ASSIGNMENT:
Pull every line with the word "through" out of the entries below.

*-*-*

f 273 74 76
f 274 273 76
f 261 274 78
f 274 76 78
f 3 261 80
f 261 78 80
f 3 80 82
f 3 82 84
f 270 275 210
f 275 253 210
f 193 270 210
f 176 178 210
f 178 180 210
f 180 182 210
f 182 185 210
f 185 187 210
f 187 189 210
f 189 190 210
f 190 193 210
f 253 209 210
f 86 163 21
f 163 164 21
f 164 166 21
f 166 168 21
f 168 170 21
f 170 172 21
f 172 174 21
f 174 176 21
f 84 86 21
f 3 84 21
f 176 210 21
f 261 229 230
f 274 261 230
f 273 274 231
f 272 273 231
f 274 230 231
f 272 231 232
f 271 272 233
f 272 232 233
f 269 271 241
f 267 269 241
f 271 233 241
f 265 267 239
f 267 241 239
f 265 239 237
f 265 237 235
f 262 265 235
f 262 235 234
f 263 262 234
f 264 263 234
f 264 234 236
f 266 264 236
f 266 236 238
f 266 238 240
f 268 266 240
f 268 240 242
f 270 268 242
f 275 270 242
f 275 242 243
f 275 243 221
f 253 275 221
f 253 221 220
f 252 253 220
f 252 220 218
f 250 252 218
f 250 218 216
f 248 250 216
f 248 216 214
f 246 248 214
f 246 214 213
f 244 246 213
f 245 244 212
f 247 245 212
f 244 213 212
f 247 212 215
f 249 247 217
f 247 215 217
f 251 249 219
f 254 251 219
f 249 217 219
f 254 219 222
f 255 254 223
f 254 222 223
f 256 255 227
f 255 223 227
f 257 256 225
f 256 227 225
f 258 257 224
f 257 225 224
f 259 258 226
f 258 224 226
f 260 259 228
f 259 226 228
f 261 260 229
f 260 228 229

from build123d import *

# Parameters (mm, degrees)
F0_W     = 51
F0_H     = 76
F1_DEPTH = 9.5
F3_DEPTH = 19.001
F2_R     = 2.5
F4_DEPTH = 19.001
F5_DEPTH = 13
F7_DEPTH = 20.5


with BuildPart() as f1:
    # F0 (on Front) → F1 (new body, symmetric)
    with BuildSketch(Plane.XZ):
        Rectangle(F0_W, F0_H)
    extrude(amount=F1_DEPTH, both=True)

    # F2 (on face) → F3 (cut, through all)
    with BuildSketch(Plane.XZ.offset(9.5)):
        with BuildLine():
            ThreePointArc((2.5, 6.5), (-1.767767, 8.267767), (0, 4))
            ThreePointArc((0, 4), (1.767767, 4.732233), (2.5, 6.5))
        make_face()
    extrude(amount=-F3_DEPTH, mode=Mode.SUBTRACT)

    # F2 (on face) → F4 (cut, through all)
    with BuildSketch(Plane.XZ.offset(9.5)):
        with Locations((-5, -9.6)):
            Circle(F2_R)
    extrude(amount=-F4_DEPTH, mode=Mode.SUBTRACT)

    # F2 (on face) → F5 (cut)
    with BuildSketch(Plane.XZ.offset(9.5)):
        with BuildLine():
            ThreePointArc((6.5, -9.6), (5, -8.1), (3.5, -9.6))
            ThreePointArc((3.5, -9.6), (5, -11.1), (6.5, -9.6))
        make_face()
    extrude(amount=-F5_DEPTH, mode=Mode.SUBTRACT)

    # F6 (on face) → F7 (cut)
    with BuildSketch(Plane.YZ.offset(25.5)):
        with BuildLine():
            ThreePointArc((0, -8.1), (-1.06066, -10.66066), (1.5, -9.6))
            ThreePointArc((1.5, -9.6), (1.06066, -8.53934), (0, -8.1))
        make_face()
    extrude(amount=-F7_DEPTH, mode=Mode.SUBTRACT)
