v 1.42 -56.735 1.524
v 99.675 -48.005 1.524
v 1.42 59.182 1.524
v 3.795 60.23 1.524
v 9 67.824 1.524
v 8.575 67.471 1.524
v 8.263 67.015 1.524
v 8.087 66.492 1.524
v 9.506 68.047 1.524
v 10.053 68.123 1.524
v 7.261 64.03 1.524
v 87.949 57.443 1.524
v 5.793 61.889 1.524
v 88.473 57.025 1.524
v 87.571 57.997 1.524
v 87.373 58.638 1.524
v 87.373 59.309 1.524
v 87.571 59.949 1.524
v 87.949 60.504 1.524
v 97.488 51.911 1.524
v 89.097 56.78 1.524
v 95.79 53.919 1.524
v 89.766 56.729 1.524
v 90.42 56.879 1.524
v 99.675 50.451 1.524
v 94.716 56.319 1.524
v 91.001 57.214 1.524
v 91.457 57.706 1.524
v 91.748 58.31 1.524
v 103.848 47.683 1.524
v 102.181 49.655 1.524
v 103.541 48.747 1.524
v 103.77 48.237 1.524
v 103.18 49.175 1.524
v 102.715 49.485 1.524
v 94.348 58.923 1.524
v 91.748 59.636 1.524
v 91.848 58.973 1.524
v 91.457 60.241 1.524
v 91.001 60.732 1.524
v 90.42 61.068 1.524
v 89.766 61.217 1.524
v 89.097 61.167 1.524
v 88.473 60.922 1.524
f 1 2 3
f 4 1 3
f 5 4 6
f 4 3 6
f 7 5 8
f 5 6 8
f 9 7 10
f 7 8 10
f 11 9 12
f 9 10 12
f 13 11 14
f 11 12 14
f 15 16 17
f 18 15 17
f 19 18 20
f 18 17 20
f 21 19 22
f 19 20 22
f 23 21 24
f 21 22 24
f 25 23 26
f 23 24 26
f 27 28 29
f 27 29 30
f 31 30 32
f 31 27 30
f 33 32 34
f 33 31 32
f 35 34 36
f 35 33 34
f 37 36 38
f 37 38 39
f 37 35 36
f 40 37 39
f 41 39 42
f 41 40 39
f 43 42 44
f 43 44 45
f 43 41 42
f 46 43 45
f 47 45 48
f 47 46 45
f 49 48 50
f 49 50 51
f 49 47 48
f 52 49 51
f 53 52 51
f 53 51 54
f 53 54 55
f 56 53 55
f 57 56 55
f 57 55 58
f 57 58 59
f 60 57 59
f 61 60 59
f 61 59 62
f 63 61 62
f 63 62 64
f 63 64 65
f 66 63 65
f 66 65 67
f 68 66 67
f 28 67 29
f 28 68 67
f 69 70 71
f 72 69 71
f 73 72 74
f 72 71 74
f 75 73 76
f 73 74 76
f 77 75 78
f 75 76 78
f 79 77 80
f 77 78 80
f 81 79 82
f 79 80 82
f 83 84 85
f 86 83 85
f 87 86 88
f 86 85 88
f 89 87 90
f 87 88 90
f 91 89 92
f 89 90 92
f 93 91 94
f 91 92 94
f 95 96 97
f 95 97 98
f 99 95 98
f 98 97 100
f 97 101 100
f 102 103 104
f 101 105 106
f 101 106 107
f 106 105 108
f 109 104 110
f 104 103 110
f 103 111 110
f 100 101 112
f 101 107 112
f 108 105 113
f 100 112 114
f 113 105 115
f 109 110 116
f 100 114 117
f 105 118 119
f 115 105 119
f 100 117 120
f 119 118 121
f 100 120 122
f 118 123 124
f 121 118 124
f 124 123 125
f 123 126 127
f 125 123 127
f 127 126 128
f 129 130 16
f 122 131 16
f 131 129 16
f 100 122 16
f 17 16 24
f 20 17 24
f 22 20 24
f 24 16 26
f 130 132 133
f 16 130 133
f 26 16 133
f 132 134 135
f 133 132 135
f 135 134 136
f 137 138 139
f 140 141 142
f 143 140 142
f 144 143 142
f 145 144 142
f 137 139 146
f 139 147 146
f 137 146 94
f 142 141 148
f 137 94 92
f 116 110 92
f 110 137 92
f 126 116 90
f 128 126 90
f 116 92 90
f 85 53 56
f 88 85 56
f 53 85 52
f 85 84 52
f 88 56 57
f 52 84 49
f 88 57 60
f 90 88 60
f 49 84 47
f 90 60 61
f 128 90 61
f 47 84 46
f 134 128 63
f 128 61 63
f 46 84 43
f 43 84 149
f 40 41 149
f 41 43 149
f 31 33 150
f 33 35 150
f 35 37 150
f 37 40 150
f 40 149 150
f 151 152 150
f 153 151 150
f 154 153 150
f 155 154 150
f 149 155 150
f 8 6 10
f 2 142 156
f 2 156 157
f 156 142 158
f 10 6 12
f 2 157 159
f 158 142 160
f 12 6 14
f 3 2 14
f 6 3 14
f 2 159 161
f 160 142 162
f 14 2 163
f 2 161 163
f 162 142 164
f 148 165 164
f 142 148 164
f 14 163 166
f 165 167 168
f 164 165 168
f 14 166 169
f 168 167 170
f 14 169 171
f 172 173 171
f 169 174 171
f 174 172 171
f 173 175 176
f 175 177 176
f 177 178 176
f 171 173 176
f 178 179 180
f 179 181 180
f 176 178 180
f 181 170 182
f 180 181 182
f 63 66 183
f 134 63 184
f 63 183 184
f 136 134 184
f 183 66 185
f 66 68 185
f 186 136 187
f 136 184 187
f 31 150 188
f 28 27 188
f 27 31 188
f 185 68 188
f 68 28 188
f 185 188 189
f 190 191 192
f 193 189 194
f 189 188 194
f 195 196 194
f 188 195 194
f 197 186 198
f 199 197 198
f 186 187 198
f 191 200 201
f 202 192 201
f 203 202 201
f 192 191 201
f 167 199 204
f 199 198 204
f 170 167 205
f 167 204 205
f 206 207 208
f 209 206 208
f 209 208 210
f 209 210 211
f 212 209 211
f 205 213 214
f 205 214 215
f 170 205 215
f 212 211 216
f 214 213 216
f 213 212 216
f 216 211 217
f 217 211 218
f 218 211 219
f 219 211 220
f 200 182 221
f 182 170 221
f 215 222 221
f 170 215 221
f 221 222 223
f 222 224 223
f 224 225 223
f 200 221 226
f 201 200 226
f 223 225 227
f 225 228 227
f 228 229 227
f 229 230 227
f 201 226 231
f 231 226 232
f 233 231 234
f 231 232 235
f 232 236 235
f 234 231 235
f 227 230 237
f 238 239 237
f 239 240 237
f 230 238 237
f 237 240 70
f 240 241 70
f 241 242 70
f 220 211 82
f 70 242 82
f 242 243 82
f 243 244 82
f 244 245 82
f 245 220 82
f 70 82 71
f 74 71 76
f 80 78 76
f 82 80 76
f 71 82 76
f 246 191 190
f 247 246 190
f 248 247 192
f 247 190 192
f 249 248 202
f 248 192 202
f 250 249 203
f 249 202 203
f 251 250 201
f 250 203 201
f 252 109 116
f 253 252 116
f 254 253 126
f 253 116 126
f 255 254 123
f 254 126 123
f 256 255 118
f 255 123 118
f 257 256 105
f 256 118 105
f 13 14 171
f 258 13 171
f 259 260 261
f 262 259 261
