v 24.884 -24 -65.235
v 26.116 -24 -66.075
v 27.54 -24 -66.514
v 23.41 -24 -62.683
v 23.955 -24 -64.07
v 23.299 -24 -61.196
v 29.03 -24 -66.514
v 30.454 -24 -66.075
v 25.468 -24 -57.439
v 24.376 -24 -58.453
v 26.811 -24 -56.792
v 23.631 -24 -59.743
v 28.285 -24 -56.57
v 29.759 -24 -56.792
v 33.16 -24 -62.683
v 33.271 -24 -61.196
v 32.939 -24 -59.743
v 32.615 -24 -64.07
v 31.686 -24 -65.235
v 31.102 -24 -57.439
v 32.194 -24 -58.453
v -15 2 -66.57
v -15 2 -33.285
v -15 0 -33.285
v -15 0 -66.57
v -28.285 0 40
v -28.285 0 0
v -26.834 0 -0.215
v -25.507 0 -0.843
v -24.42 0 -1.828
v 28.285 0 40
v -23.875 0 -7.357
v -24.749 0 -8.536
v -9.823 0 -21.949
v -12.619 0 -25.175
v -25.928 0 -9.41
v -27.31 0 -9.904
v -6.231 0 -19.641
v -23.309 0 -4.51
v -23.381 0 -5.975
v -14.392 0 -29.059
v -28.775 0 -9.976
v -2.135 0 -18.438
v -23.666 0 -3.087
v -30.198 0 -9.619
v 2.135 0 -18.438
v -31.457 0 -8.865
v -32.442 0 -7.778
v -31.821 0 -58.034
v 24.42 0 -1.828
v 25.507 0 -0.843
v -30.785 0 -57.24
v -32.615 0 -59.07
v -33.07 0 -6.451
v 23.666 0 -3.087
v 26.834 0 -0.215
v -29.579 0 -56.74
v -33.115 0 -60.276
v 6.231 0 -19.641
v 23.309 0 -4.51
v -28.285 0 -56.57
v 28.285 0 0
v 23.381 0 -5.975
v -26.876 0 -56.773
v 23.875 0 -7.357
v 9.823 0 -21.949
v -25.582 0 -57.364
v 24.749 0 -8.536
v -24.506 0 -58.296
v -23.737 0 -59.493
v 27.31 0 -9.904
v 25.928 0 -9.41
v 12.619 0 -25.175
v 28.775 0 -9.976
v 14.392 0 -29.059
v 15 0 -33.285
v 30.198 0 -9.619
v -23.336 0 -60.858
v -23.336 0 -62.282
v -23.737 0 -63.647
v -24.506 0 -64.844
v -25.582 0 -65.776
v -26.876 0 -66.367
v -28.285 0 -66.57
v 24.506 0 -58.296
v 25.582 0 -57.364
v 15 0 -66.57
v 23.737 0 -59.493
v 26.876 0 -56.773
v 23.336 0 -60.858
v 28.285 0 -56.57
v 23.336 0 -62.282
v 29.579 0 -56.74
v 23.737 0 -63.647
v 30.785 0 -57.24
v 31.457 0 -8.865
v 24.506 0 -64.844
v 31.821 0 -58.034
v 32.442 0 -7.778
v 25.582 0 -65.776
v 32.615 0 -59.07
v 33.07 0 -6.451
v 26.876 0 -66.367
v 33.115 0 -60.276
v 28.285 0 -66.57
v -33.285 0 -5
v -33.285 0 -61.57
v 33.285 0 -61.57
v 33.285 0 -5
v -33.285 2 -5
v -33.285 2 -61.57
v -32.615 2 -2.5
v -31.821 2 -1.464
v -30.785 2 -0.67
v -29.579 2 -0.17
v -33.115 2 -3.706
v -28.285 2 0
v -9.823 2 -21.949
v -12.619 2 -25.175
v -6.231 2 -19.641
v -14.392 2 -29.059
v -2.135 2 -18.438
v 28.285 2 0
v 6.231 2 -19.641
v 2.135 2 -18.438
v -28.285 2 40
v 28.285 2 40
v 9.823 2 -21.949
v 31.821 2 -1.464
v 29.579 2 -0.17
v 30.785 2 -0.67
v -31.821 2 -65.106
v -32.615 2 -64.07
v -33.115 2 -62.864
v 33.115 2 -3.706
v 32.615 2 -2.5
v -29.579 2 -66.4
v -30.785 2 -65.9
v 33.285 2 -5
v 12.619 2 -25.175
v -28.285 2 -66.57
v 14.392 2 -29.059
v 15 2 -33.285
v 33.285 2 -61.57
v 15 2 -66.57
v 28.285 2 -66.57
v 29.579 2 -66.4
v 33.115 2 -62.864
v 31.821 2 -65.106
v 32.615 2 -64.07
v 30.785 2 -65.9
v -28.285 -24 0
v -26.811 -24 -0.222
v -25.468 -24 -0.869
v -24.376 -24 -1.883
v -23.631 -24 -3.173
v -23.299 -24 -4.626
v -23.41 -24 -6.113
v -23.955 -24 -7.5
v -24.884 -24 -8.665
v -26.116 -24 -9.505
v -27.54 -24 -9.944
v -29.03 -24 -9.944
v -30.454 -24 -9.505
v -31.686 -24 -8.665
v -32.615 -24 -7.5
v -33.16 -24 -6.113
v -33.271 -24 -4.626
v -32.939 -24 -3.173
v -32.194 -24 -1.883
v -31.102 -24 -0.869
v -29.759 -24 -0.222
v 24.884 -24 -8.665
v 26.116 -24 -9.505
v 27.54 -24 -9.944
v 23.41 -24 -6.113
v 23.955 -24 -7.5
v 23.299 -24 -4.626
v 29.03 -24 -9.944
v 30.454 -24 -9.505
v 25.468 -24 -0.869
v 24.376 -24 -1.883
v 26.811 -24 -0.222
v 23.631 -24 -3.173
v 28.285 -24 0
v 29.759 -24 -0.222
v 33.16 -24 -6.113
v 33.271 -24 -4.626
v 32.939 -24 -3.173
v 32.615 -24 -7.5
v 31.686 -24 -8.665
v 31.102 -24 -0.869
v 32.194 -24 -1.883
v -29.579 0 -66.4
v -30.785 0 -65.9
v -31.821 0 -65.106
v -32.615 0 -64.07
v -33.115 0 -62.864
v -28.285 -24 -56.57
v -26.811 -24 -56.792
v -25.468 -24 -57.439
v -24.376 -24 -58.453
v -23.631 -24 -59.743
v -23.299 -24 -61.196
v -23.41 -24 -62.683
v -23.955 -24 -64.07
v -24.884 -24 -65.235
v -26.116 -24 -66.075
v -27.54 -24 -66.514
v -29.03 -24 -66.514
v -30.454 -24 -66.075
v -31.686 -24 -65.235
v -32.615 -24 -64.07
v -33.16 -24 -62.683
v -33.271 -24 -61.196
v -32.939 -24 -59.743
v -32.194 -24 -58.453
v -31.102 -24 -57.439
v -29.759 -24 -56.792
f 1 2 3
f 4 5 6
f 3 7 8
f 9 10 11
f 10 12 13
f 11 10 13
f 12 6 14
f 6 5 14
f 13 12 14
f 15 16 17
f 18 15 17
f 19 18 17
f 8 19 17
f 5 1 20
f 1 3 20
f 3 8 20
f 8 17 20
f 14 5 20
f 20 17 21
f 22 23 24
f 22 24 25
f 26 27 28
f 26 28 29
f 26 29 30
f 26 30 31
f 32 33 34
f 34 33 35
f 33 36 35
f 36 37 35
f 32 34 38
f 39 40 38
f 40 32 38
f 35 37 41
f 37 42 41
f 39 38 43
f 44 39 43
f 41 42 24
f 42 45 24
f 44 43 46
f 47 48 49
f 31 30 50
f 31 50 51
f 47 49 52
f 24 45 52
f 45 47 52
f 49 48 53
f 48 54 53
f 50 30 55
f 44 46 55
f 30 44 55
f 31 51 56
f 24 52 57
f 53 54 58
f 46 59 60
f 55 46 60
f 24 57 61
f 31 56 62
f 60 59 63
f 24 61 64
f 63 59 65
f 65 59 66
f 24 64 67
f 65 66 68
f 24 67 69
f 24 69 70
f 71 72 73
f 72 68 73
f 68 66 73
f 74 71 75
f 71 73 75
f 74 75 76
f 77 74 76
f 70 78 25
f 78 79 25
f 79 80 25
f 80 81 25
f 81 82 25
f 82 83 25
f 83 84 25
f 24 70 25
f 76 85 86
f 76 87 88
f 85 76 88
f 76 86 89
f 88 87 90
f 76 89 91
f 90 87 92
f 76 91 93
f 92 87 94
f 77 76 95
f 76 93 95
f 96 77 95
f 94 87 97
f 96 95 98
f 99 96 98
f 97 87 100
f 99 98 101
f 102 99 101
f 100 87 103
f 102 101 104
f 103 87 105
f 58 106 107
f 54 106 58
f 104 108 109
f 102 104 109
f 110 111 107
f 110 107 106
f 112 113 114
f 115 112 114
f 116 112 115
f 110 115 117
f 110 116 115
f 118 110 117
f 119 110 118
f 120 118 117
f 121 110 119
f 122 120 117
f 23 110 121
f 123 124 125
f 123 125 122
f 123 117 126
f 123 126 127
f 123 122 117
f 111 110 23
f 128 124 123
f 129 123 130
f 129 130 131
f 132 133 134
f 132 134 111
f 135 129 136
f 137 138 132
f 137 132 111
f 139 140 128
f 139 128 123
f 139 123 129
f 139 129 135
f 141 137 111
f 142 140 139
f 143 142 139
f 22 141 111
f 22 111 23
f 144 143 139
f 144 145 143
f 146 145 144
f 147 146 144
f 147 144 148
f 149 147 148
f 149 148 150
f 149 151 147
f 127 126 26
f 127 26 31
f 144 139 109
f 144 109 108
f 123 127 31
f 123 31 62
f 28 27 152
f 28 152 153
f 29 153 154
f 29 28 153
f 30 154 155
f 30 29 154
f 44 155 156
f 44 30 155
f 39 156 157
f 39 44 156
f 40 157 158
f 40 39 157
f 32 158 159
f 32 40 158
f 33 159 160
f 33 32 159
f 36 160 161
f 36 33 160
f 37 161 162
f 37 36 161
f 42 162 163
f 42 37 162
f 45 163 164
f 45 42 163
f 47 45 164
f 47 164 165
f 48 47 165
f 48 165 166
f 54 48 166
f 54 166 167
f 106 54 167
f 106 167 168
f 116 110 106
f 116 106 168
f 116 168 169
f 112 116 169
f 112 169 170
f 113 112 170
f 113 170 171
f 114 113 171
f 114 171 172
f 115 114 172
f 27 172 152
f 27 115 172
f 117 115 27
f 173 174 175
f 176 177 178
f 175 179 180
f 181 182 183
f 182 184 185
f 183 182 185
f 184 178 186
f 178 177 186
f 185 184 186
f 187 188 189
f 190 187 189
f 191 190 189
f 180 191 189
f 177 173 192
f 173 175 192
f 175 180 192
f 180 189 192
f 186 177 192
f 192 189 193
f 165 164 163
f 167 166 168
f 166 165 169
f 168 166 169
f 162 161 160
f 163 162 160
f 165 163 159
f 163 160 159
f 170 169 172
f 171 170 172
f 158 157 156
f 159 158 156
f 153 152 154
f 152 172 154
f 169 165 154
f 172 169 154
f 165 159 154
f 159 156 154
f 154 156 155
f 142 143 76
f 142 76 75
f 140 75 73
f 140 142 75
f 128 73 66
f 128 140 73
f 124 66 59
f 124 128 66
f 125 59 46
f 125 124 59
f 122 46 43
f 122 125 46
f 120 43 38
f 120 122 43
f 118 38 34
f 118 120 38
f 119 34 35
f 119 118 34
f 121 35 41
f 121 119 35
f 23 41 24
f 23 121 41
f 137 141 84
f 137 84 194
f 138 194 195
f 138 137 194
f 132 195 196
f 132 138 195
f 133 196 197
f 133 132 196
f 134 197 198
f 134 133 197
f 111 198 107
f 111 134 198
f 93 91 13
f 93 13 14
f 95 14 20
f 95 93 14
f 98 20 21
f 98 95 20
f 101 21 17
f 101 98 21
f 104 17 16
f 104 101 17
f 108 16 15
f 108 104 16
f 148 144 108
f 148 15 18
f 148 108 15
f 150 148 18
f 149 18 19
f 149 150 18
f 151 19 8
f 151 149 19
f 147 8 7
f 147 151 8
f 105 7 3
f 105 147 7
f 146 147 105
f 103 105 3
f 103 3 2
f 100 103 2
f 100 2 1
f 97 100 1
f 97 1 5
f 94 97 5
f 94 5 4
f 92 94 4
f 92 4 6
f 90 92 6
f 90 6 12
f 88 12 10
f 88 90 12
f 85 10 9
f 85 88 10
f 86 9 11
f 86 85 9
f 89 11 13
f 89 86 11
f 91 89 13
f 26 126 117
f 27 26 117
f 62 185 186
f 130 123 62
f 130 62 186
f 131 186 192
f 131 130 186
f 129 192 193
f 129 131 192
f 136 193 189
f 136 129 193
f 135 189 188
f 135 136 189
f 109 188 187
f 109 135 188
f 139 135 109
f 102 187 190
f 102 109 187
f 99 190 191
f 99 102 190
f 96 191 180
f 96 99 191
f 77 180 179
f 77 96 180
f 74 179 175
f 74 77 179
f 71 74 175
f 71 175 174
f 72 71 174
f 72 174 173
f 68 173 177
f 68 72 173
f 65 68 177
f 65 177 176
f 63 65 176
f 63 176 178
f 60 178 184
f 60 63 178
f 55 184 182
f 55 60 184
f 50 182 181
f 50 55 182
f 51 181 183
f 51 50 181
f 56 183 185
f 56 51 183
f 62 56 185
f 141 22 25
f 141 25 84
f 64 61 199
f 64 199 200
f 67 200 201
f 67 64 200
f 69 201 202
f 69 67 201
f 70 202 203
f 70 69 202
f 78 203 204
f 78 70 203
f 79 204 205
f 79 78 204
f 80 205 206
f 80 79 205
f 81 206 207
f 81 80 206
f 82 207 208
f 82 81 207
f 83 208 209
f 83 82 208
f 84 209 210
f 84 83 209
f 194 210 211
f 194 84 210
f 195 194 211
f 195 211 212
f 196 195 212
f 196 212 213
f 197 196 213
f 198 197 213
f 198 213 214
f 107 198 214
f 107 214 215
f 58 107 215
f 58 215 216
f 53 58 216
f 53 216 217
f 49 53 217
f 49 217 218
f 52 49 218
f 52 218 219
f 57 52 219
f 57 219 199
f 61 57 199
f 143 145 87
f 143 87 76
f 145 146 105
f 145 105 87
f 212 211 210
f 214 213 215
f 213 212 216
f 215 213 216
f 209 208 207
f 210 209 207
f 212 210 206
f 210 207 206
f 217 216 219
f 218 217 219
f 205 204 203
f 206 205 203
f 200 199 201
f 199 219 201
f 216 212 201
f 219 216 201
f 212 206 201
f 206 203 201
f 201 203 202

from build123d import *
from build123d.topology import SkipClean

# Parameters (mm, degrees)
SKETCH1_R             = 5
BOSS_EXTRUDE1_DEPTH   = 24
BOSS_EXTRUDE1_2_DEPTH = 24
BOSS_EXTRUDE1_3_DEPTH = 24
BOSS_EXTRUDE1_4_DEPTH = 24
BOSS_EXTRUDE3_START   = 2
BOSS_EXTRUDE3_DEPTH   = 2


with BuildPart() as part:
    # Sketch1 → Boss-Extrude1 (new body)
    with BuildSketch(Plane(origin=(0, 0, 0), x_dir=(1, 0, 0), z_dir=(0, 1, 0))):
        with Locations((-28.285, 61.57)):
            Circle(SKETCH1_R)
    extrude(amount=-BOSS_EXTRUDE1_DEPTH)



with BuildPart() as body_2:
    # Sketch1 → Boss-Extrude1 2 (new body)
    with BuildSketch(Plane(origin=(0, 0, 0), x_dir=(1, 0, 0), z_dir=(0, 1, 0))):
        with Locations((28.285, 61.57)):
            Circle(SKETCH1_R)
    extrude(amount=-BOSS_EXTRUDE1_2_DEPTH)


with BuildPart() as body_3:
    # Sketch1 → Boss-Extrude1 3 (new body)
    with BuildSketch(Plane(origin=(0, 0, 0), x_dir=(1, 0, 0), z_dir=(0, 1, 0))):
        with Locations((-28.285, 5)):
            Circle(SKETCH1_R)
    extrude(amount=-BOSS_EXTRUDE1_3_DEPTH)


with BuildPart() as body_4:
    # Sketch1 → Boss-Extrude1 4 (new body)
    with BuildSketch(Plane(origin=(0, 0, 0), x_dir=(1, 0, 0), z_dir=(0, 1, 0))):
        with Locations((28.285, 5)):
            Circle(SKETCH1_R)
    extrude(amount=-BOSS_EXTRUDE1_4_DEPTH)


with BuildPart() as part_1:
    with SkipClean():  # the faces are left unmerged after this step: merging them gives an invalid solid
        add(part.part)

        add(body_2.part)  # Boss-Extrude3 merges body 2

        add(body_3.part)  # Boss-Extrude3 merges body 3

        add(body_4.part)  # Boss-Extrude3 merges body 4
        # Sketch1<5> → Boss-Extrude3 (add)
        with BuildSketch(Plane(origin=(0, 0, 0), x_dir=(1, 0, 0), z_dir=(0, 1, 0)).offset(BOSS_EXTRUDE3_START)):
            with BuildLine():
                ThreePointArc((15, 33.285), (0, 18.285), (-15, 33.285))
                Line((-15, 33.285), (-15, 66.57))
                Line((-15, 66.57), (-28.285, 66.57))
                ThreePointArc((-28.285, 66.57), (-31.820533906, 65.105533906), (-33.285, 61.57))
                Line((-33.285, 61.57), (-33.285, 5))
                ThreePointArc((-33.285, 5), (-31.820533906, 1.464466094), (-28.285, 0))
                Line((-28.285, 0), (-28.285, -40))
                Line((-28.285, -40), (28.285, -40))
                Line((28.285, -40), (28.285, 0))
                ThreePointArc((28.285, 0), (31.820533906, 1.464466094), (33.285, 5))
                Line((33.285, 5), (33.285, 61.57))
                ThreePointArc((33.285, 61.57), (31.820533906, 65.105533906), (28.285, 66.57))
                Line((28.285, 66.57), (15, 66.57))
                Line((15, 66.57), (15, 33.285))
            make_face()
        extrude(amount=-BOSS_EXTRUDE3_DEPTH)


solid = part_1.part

*-*-*

TASK ANSWER:
    # F2 (on face) → F3 (cut, through all)
    # F2 (on face) → F4 (cut, through all)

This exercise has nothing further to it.